▸ **Study material**

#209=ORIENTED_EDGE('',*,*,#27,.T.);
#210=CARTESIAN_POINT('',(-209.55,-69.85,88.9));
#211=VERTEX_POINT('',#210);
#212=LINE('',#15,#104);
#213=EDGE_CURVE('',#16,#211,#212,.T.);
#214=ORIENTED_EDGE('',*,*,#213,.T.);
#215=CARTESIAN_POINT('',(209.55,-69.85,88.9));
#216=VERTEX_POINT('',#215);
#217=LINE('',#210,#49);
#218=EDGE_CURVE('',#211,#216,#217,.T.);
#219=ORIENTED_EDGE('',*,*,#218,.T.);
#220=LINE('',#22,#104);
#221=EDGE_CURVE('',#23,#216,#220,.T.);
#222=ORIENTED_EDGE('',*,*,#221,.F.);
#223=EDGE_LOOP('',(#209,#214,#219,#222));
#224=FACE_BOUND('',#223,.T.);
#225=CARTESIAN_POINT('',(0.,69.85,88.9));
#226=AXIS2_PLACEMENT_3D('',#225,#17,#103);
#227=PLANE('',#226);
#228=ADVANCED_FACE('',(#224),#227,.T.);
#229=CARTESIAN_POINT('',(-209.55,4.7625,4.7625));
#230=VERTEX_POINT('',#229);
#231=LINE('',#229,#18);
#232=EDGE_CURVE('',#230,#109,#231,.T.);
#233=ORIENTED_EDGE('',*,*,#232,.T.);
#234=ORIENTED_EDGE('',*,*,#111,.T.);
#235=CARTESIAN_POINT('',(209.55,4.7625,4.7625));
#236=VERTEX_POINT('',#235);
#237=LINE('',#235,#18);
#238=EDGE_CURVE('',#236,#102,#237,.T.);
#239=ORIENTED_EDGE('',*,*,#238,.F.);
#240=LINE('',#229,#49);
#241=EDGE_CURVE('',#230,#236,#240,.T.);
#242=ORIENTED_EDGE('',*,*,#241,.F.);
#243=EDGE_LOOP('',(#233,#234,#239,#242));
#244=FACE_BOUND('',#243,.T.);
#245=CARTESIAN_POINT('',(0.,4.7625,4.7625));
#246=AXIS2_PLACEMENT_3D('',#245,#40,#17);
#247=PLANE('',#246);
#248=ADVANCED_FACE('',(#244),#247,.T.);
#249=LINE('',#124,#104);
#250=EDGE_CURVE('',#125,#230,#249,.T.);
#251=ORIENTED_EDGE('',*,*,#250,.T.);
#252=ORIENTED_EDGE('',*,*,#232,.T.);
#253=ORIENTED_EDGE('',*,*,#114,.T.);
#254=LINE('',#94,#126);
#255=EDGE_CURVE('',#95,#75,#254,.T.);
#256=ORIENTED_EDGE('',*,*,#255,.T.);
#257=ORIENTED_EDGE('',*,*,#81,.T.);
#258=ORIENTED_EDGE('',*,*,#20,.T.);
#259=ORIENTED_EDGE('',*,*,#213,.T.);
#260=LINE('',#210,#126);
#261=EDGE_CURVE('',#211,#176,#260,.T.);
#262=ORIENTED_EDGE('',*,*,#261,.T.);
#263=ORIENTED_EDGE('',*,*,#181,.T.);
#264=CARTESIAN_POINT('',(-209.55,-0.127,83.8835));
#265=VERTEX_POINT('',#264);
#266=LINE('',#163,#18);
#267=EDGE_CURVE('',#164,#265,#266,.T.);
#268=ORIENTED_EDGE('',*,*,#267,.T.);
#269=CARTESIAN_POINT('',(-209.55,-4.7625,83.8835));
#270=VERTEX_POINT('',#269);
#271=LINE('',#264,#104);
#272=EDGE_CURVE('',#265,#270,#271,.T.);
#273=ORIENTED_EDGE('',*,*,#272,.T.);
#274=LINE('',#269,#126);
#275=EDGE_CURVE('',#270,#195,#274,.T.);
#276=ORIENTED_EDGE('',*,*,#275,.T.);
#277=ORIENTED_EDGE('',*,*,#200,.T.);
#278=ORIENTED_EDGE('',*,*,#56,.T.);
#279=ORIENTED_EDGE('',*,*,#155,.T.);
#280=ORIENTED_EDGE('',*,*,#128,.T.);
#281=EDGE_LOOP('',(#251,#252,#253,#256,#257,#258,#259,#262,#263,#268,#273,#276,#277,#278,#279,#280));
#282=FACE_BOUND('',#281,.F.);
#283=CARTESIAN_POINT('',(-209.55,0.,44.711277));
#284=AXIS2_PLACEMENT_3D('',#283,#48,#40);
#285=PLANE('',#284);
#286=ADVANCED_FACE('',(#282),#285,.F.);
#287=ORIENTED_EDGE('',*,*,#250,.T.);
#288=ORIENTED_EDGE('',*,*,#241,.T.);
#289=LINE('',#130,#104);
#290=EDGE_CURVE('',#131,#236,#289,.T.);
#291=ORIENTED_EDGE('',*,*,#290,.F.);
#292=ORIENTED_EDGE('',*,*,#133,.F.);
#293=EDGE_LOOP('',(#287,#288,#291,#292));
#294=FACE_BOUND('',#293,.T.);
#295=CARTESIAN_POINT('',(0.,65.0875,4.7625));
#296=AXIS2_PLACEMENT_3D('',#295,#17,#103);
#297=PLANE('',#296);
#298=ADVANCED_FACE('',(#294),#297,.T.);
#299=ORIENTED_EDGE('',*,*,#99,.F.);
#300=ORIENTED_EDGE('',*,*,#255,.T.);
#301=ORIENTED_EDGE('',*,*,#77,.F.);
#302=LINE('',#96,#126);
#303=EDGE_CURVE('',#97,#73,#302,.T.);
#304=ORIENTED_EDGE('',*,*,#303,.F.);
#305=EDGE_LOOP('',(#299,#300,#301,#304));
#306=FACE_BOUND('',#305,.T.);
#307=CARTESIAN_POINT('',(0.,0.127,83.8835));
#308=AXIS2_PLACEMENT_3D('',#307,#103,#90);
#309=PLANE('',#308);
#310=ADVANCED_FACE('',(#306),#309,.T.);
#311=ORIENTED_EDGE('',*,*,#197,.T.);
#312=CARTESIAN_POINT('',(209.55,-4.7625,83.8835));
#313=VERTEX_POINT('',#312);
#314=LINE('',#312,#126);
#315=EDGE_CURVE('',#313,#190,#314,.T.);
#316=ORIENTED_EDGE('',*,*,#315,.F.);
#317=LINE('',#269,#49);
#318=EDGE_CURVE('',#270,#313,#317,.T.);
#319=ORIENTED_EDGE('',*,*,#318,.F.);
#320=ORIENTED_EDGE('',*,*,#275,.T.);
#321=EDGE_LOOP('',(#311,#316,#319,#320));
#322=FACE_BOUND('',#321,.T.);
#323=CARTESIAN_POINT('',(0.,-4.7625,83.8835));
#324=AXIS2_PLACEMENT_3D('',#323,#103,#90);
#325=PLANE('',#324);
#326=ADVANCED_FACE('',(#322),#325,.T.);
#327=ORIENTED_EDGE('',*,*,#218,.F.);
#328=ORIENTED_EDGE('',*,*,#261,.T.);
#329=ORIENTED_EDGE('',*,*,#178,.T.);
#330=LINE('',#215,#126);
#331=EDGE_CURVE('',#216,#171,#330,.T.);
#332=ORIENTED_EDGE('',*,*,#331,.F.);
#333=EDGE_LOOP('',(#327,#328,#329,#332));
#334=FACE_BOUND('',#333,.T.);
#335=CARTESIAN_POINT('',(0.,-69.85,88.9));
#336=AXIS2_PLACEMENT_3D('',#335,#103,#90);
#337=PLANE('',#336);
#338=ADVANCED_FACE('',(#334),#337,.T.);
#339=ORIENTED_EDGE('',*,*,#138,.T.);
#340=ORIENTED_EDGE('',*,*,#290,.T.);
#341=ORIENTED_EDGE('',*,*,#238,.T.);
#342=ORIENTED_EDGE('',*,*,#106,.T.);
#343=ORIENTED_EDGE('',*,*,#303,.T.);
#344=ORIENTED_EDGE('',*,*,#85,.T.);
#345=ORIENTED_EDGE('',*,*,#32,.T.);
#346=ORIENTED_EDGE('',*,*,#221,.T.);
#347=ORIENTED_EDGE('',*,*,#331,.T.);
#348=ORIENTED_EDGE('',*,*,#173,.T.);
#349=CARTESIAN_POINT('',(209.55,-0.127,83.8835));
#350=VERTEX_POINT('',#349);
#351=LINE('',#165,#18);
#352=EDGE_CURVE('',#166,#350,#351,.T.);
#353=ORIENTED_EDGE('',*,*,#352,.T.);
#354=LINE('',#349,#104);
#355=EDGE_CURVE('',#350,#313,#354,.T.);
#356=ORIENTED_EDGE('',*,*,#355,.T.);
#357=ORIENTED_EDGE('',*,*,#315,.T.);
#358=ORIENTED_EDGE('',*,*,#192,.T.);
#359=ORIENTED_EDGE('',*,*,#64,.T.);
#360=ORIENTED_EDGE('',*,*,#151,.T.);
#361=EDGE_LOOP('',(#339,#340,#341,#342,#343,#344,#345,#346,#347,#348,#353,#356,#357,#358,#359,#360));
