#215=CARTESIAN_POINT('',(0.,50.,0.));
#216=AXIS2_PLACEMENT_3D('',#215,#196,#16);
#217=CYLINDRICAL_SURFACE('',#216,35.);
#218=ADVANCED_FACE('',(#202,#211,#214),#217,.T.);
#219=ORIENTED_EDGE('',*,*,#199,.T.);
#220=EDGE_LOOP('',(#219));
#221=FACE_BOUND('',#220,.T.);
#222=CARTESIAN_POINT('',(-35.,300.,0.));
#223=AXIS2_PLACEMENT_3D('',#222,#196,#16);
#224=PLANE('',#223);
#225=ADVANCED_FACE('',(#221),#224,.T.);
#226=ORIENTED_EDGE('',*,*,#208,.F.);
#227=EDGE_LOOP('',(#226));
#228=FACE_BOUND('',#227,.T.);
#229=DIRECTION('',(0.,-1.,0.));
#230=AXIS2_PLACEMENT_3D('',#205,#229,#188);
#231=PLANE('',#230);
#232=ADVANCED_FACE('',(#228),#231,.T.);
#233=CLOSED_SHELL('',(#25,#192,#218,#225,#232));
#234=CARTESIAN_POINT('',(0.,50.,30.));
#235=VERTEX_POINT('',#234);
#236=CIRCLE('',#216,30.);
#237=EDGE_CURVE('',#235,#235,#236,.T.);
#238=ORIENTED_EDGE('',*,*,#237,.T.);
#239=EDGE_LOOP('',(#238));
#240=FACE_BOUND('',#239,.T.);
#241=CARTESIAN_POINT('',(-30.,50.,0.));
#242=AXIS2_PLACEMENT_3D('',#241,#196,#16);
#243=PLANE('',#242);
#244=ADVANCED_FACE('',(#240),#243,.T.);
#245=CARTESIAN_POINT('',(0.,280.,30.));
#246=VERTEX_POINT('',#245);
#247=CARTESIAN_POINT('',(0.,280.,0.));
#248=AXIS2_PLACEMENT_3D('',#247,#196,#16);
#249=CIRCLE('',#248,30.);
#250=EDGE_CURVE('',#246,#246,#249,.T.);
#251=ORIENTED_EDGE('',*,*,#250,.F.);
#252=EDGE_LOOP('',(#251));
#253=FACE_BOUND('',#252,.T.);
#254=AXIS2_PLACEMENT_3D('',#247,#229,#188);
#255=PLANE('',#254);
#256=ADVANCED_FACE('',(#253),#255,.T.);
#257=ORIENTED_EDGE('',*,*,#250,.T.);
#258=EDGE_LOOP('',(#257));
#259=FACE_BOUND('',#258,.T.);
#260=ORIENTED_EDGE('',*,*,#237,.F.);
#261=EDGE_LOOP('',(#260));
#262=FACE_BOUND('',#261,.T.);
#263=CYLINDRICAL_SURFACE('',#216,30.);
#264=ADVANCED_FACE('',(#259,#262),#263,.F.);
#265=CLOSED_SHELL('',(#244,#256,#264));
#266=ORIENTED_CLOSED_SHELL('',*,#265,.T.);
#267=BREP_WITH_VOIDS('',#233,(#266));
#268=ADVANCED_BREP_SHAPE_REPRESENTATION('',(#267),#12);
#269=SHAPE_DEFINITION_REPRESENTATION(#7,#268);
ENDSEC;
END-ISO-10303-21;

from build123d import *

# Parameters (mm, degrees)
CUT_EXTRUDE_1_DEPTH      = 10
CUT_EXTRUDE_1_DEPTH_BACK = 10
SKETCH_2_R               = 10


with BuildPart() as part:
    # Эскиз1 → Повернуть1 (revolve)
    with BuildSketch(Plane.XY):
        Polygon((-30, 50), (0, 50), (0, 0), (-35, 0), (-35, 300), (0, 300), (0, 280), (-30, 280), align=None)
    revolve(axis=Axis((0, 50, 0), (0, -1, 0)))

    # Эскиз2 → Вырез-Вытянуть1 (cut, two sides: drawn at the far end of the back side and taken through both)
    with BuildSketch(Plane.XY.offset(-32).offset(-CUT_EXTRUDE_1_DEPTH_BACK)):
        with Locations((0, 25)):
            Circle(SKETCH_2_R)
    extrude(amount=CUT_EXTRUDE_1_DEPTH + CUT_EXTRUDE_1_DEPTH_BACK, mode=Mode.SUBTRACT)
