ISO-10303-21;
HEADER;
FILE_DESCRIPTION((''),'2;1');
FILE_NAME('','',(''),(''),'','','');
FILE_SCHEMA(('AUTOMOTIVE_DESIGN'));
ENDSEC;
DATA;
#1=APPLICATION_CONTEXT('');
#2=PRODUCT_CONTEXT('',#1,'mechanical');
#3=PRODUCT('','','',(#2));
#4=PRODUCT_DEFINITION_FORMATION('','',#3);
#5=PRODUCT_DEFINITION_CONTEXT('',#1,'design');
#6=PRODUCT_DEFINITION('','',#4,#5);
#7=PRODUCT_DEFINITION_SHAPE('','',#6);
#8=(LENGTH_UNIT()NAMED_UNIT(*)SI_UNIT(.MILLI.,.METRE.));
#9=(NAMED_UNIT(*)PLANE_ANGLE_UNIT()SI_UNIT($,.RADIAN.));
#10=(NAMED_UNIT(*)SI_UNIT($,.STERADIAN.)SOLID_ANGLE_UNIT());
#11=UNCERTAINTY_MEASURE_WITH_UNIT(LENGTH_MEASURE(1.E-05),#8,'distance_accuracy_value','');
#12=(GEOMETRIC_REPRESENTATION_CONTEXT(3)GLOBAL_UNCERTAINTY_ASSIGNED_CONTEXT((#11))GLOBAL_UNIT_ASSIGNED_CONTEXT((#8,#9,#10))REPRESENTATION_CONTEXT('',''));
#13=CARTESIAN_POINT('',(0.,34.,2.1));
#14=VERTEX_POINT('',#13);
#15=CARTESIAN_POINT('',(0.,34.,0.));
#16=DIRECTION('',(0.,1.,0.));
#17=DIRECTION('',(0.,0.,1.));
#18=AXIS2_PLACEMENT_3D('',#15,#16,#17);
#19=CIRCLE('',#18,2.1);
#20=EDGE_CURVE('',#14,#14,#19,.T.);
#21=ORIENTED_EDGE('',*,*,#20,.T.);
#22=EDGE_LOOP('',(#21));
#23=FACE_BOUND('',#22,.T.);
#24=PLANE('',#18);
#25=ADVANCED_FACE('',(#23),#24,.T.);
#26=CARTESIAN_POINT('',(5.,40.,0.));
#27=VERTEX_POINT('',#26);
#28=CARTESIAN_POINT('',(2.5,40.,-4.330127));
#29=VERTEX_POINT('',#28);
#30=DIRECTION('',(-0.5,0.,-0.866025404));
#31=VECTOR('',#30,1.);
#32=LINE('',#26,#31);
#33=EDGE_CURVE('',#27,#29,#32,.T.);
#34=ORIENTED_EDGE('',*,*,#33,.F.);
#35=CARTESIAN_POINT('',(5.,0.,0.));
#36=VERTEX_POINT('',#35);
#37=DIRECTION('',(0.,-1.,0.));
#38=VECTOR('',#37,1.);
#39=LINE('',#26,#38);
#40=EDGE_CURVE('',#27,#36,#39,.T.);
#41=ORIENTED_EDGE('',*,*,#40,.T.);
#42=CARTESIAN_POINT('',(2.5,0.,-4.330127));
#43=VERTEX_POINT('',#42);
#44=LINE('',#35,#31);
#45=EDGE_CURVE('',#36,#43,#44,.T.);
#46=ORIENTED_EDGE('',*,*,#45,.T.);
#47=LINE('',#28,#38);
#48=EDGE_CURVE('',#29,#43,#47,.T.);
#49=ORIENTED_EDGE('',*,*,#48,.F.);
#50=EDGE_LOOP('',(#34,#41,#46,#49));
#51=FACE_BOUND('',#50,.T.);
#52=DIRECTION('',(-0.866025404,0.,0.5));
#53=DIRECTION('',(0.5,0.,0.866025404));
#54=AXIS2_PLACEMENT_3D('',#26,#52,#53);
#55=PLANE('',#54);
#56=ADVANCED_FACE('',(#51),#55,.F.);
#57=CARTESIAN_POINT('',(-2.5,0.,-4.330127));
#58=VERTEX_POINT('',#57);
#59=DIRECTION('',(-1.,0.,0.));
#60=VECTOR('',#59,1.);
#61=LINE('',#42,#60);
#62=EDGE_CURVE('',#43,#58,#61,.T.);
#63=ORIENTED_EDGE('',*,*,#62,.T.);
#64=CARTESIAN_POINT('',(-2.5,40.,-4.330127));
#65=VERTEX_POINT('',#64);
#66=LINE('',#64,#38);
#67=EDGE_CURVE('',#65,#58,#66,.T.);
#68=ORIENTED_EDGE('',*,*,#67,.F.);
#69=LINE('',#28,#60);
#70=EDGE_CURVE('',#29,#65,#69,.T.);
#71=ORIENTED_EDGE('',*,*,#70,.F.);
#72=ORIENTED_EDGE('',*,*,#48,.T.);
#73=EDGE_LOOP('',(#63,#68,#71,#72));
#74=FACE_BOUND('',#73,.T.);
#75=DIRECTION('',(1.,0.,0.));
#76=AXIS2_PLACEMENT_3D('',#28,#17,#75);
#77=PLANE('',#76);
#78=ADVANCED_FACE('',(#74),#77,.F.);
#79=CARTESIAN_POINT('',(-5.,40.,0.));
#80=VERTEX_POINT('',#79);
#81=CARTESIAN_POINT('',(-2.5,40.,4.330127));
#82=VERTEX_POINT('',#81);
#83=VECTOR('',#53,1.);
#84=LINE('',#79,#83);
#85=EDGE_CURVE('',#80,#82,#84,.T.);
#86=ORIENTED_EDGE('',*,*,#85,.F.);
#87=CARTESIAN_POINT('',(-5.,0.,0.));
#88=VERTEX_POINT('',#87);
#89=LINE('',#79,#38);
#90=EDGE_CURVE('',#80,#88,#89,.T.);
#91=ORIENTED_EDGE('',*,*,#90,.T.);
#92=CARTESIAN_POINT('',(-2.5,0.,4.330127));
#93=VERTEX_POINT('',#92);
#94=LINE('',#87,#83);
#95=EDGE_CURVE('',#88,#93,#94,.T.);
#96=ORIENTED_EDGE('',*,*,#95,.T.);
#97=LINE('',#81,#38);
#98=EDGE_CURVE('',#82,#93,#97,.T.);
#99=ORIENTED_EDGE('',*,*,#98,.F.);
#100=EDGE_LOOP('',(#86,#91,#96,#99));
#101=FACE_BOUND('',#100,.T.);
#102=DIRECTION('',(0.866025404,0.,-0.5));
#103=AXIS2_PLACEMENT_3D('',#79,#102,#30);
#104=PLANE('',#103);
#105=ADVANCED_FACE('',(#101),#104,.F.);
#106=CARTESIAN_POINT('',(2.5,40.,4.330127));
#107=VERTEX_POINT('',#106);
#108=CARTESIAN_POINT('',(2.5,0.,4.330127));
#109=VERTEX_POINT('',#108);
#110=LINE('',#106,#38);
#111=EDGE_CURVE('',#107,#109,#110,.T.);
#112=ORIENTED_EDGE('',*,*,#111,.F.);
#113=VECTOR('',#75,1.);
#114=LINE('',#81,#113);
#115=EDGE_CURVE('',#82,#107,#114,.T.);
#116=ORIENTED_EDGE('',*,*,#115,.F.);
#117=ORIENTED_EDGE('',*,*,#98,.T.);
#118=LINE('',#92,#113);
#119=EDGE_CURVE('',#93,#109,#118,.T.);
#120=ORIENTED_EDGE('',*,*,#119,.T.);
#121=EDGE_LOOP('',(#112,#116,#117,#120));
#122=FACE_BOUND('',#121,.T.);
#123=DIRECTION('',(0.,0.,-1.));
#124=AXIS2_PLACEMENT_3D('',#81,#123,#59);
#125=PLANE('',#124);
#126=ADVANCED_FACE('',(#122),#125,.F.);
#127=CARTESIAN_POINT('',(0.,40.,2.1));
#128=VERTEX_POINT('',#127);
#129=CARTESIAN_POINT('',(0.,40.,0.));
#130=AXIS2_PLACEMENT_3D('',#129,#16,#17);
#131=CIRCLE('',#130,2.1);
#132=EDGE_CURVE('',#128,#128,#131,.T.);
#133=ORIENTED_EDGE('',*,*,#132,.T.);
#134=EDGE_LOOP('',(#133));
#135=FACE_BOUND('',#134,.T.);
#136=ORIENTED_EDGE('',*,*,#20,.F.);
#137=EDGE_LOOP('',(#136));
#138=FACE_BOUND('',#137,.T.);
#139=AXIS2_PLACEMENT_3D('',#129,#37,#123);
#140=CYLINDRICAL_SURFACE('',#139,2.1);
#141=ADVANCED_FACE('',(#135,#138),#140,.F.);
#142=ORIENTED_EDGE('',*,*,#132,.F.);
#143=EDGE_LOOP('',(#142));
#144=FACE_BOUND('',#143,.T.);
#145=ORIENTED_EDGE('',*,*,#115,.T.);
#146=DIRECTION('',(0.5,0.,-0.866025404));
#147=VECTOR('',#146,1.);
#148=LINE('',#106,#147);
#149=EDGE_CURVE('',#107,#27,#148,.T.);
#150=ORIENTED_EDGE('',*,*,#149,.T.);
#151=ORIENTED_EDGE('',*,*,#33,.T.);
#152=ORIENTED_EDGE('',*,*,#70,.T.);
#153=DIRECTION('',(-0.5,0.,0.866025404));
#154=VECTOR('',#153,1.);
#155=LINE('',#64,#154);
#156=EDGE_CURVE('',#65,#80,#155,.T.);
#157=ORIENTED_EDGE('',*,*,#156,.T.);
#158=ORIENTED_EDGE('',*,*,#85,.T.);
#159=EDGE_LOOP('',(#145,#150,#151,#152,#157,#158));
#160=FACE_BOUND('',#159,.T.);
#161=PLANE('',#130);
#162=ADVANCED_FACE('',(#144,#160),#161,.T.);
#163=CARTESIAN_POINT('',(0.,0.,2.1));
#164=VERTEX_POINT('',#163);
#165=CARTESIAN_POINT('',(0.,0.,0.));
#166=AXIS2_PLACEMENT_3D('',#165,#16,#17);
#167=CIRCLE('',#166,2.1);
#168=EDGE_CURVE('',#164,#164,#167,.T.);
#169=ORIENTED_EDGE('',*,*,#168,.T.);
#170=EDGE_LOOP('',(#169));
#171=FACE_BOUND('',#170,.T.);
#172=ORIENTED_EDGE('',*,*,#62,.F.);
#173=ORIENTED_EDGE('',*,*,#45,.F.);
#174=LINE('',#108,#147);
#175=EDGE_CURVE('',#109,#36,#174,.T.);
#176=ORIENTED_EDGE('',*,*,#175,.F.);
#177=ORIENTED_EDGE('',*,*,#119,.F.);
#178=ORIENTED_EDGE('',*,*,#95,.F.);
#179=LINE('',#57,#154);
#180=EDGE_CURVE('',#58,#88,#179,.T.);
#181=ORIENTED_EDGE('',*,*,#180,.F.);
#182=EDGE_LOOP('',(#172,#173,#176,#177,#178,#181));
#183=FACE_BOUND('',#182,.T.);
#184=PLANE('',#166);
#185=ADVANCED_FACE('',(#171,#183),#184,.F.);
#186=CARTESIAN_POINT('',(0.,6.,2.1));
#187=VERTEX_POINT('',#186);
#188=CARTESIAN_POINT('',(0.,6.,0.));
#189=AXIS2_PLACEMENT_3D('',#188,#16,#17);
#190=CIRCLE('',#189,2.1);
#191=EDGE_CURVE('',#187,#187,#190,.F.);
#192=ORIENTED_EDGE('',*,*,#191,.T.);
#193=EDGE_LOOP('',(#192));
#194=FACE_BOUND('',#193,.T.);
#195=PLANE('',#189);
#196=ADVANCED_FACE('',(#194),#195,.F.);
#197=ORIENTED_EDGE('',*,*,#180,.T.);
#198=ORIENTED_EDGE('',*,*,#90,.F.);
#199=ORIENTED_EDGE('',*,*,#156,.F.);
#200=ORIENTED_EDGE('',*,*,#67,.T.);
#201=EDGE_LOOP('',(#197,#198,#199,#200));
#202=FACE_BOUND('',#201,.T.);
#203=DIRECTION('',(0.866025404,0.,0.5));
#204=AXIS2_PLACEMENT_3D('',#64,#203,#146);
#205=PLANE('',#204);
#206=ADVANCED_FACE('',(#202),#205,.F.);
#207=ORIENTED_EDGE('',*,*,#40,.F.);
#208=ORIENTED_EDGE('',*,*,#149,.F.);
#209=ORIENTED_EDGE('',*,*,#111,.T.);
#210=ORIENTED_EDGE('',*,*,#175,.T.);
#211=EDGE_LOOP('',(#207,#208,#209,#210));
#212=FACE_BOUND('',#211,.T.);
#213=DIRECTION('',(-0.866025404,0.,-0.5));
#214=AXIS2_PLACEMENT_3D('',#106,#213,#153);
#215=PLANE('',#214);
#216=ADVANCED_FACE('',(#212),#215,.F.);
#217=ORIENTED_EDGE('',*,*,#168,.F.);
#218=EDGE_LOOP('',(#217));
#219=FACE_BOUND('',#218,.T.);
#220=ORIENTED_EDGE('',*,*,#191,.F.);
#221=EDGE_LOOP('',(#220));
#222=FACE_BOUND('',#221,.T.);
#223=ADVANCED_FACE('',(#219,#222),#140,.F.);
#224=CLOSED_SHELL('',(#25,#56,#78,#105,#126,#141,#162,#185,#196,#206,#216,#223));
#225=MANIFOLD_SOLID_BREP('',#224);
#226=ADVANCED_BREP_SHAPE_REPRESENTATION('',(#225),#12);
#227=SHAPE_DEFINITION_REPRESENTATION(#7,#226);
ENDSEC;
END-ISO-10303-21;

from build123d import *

# Parameters (mm, degrees)
SKETCH1_R                = 2.1
BOSS_EXTRUDE1_DEPTH      = 40
BOSS_EXTRUDE3_DEPTH      = 14
BOSS_EXTRUDE3_DEPTH_BACK = 14
SKETCH2_R                = 2.1


with BuildPart() as part:
    # Sketch1 → Boss-Extrude1 (new body)
    with BuildSketch(Plane(origin=(0, 0, 0), x_dir=(1, 0, 0), z_dir=(0, 1, 0))):
        Polygon((5, 0), (2.5, 4.330127019), (-2.5, 4.330127019), (-5, 0), (-2.5, -4.330127019), (2.5, -4.330127019), align=None)
        with Locations(Location((0, 0, 0), (0, 0, 270))):
            Circle(SKETCH1_R, mode=Mode.SUBTRACT)
    extrude(amount=BOSS_EXTRUDE1_DEPTH)

    # Sketch2 → Boss-Extrude3 (add, two sides: drawn at the far end of the back side and taken through both)
    with BuildSketch(Plane(origin=(0, 20, 0), x_dir=(1, 0, 0), z_dir=(0, 1, 0)).offset(-BOSS_EXTRUDE3_DEPTH_BACK)):
        with Locations(Location((0, 0, 0), (0, 0, 270))):
            Circle(SKETCH2_R)
    extrude(amount=BOSS_EXTRUDE3_DEPTH + BOSS_EXTRUDE3_DEPTH_BACK)


solid = part.part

▸ **Exercise objective**
From the material above, copy exactly the lines between the line holding "#319=ORIENTED_EDGE('',*,*,#318,.F.);" and the line holding "#340=ORIENTED_EDGE('',*,*,#290,.T.);", inclusive, and only those.

▸ **Finished exercise**
#319=ORIENTED_EDGE('',*,*,#318,.F.);
#320=ORIENTED_EDGE('',*,*,#275,.T.);
#321=EDGE_LOOP('',(#311,#316,#319,#320));
#322=FACE_BOUND('',#321,.T.);
#323=CARTESIAN_POINT('',(0.,-4.7625,83.8835));
#324=AXIS2_PLACEMENT_3D('',#323,#103,#90);
#325=PLANE('',#324);
#326=ADVANCED_FACE('',(#322),#325,.T.);
#327=ORIENTED_EDGE('',*,*,#218,.F.);
#328=ORIENTED_EDGE('',*,*,#261,.T.);
#329=ORIENTED_EDGE('',*,*,#178,.T.);
#330=LINE('',#215,#126);
#331=EDGE_CURVE('',#216,#171,#330,.T.);
#332=ORIENTED_EDGE('',*,*,#331,.F.);
#333=EDGE_LOOP('',(#327,#328,#329,#332));
#334=FACE_BOUND('',#333,.T.);
#335=CARTESIAN_POINT('',(0.,-69.85,88.9));
#336=AXIS2_PLACEMENT_3D('',#335,#103,#90);
#337=PLANE('',#336);
#338=ADVANCED_FACE('',(#334),#337,.T.);
#339=ORIENTED_EDGE('',*,*,#138,.T.);
#340=ORIENTED_EDGE('',*,*,#290,.T.);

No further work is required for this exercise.